12
Describing Distributions with Numbers
CASE STUDY Does education pay? We are told that people with more education earn more on the average than people with less education. How much more? How can we answer this question?
Data on income can be found at the Census Bureau website. The data are estimates, for the year 2013, of the total incomes of 136,641,000 people aged 25 and over with earnings and are based on the results of the Current Population Survey in 2014. The website gives the income distribution for each of several education categories. In particular, it gives the number of people in each of several education categories who earned between $1 and $2499, between $2500 and $4999, up to between $97,500 and $99,999, and $100,000 and over. That is a lot of information. A histogram could be used to display the data, but are there simple ways to summarize the information with just a few numbers that allow us to make sensible comparisons?
In this chapter, we will learn several ways to summarize large data sets with a few numbers. By the end of this chapter, with these new methods for summarizing large data sets, you will be able to provide an answer to whether education really pays.
Baseball has a rich tradition of using statistics to summarize and characterize the performance of players.
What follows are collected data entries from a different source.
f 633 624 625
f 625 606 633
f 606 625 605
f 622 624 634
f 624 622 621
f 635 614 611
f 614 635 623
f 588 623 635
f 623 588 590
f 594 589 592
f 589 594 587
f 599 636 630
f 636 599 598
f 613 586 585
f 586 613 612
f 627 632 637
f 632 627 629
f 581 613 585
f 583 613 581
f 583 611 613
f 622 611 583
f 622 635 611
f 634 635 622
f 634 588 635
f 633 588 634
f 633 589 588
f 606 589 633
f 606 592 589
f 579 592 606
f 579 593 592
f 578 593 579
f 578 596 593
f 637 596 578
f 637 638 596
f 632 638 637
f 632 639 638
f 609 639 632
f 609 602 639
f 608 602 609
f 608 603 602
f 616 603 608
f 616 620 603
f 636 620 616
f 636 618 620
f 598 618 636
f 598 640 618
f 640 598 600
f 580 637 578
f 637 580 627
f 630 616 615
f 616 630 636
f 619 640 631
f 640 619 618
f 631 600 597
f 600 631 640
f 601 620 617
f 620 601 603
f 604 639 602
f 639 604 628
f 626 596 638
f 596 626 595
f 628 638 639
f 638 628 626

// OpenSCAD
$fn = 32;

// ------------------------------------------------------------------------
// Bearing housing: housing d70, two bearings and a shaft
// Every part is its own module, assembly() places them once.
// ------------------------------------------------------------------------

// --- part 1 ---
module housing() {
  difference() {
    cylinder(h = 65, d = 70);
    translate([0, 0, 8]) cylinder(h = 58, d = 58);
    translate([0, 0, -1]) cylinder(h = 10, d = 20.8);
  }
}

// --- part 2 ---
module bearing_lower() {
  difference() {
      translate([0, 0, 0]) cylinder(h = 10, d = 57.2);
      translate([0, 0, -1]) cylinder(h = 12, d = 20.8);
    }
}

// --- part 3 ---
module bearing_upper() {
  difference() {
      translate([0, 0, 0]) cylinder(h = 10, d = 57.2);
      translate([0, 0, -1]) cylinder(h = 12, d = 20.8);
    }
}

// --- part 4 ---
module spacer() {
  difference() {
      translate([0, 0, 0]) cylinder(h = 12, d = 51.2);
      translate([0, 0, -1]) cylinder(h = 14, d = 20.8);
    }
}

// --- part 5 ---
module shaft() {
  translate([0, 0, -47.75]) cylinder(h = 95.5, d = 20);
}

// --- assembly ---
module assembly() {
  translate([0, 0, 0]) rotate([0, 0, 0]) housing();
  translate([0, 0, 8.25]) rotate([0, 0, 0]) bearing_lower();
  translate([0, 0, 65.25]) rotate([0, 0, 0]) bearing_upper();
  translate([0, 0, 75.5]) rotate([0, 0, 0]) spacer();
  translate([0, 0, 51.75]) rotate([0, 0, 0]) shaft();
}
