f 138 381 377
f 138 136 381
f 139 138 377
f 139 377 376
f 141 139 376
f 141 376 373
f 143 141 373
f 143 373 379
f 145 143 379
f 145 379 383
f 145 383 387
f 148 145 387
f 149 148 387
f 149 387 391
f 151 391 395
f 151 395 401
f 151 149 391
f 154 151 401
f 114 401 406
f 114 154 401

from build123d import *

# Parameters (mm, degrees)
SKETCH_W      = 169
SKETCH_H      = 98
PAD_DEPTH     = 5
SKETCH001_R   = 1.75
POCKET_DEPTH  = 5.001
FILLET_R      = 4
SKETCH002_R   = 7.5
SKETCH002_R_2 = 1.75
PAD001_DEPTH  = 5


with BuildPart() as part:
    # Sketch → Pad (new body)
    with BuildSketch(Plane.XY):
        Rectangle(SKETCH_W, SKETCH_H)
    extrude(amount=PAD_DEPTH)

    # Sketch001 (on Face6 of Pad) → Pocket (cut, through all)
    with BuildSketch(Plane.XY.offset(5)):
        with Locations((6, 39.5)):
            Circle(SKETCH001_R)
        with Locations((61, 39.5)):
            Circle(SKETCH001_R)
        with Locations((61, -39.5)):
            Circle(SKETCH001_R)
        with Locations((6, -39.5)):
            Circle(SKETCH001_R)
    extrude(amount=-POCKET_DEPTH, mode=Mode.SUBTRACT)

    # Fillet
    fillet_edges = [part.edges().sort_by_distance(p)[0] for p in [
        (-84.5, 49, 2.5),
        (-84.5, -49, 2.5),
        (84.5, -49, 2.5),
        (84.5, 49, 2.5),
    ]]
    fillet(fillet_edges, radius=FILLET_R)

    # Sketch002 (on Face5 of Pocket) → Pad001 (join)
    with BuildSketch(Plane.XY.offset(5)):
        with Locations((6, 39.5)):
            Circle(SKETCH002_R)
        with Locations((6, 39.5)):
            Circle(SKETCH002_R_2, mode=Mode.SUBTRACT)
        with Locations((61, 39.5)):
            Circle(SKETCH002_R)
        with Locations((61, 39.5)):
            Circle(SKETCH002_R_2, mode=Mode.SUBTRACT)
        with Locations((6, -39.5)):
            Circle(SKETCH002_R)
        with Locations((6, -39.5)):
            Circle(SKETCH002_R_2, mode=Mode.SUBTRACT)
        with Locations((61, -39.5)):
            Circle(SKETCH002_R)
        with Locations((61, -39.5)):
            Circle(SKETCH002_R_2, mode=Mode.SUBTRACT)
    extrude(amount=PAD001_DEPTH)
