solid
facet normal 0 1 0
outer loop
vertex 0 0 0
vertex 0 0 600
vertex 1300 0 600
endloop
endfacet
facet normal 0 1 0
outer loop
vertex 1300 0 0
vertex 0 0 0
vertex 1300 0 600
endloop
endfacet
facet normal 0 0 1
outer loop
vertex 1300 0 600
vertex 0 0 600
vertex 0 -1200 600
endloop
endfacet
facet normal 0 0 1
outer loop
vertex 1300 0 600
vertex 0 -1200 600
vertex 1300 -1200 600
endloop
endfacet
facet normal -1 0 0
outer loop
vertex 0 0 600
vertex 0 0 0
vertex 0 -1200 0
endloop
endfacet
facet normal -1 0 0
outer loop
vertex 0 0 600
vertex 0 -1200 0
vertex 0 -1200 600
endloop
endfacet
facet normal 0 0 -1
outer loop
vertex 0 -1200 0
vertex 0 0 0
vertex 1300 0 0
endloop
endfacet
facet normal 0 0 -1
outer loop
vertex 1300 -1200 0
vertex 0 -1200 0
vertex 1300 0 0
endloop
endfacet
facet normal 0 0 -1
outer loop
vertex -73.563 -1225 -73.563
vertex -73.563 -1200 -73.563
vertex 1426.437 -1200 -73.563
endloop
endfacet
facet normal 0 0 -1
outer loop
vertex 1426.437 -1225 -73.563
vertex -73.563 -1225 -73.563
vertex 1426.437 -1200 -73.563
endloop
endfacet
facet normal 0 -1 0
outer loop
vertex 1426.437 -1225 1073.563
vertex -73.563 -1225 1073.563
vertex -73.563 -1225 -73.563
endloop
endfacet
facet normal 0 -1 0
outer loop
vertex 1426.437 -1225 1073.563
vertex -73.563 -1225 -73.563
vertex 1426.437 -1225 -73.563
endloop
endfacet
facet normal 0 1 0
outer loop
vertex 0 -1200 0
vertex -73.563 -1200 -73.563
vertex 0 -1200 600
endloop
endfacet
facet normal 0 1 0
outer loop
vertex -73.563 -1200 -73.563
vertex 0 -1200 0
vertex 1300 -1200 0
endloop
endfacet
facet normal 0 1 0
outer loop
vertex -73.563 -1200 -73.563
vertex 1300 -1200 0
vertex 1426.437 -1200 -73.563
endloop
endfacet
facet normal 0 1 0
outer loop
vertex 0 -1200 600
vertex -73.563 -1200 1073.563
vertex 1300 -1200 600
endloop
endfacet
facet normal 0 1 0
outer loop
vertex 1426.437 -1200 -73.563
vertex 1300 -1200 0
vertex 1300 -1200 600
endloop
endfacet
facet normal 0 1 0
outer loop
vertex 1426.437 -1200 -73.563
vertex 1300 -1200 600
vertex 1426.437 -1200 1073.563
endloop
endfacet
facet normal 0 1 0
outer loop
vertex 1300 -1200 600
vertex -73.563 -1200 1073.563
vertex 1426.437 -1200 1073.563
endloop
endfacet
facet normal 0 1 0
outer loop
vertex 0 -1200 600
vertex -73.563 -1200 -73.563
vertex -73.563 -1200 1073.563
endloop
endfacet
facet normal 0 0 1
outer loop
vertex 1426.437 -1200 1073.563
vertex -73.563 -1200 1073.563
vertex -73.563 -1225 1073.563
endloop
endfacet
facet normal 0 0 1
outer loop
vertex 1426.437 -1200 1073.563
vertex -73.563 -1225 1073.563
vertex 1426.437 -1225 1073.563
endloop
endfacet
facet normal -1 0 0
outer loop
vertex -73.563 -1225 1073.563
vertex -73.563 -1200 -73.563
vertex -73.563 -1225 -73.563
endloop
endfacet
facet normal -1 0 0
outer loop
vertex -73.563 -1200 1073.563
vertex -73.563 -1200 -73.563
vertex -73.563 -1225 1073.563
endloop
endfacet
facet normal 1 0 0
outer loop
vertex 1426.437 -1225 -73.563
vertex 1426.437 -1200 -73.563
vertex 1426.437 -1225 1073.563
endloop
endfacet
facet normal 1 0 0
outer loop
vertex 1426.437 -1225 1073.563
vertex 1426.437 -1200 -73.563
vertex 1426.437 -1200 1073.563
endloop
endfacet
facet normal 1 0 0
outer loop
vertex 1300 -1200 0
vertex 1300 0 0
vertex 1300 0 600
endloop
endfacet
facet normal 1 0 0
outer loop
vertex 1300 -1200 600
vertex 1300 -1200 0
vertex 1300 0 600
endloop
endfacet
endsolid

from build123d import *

# Parameters (mm, degrees)
F0_W     = 1300
F0_H     = 600
F1_DEPTH = 1200
F2_W     = 1500
F2_H     = 1147.1251249313
F2_W_2   = 1300
F2_H_2   = 600
F3_DEPTH = 25


with BuildPart() as f1:
    # F0 (on Front) → F1 (new body)
    with BuildSketch(Plane.XZ):
        with Locations((650, 300)):
            Rectangle(F0_W, F0_H)
    extrude(amount=F1_DEPTH)

    # F2 (on face) → F3 (join)
    with BuildSketch(Plane.XZ.offset(1200)):
        with Locations((676.4374375343, 500)):
            Rectangle(F2_W, F2_H)
        with Locations((650, 300)):
            Rectangle(F2_W_2, F2_H_2, mode=Mode.SUBTRACT)
        with Locations((650, 300)):
            Rectangle(F2_W_2, F2_H_2)
    extrude(amount=F3_DEPTH)


solid = f1.part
We begin by investigating ways to summarize the performance of the greatest home-run hitters of all time.
In the summer of 2007, Barry Bonds shattered the career home run record, breaking the previous record set by Hank Aaron. Here are his home run counts for the years 1986 (his rookie year) to 2007 (his final season):
1986 | 1987 | 1988 | 1989 | 1990 | 1991 | 1992 | 1993 | 1994 | 1995 | 1996 |
16 | 25 | 24 | 19 | 33 | 25 | 34 | 46 | 37 | 33 | 42 |
1997 | 1998 | 1999 | 2000 | 2001 | 2002 | 2003 | 2004 | 2005 | 2006 | 2007 |
40 | 37 | 34 | 49 | 73 | 46 | 45 | 45 | 5 | 26 | 28 |
The stemplot in Figure 12.1 displays the data. The shape of the distribution is a bit irregular, but we see that it has one high outlier, and if we ignore this outlier, we might describe it as slightly skewed to the left with a single peak. The outlier is, of course, Bonds’s record season in 2001.
A graph and a few words give a good description of Barry Bonds’s home run career. But words are less adequate to describe, for example, the incomes of people with a high school education. We need numbers that summarize the center and variability of a distribution.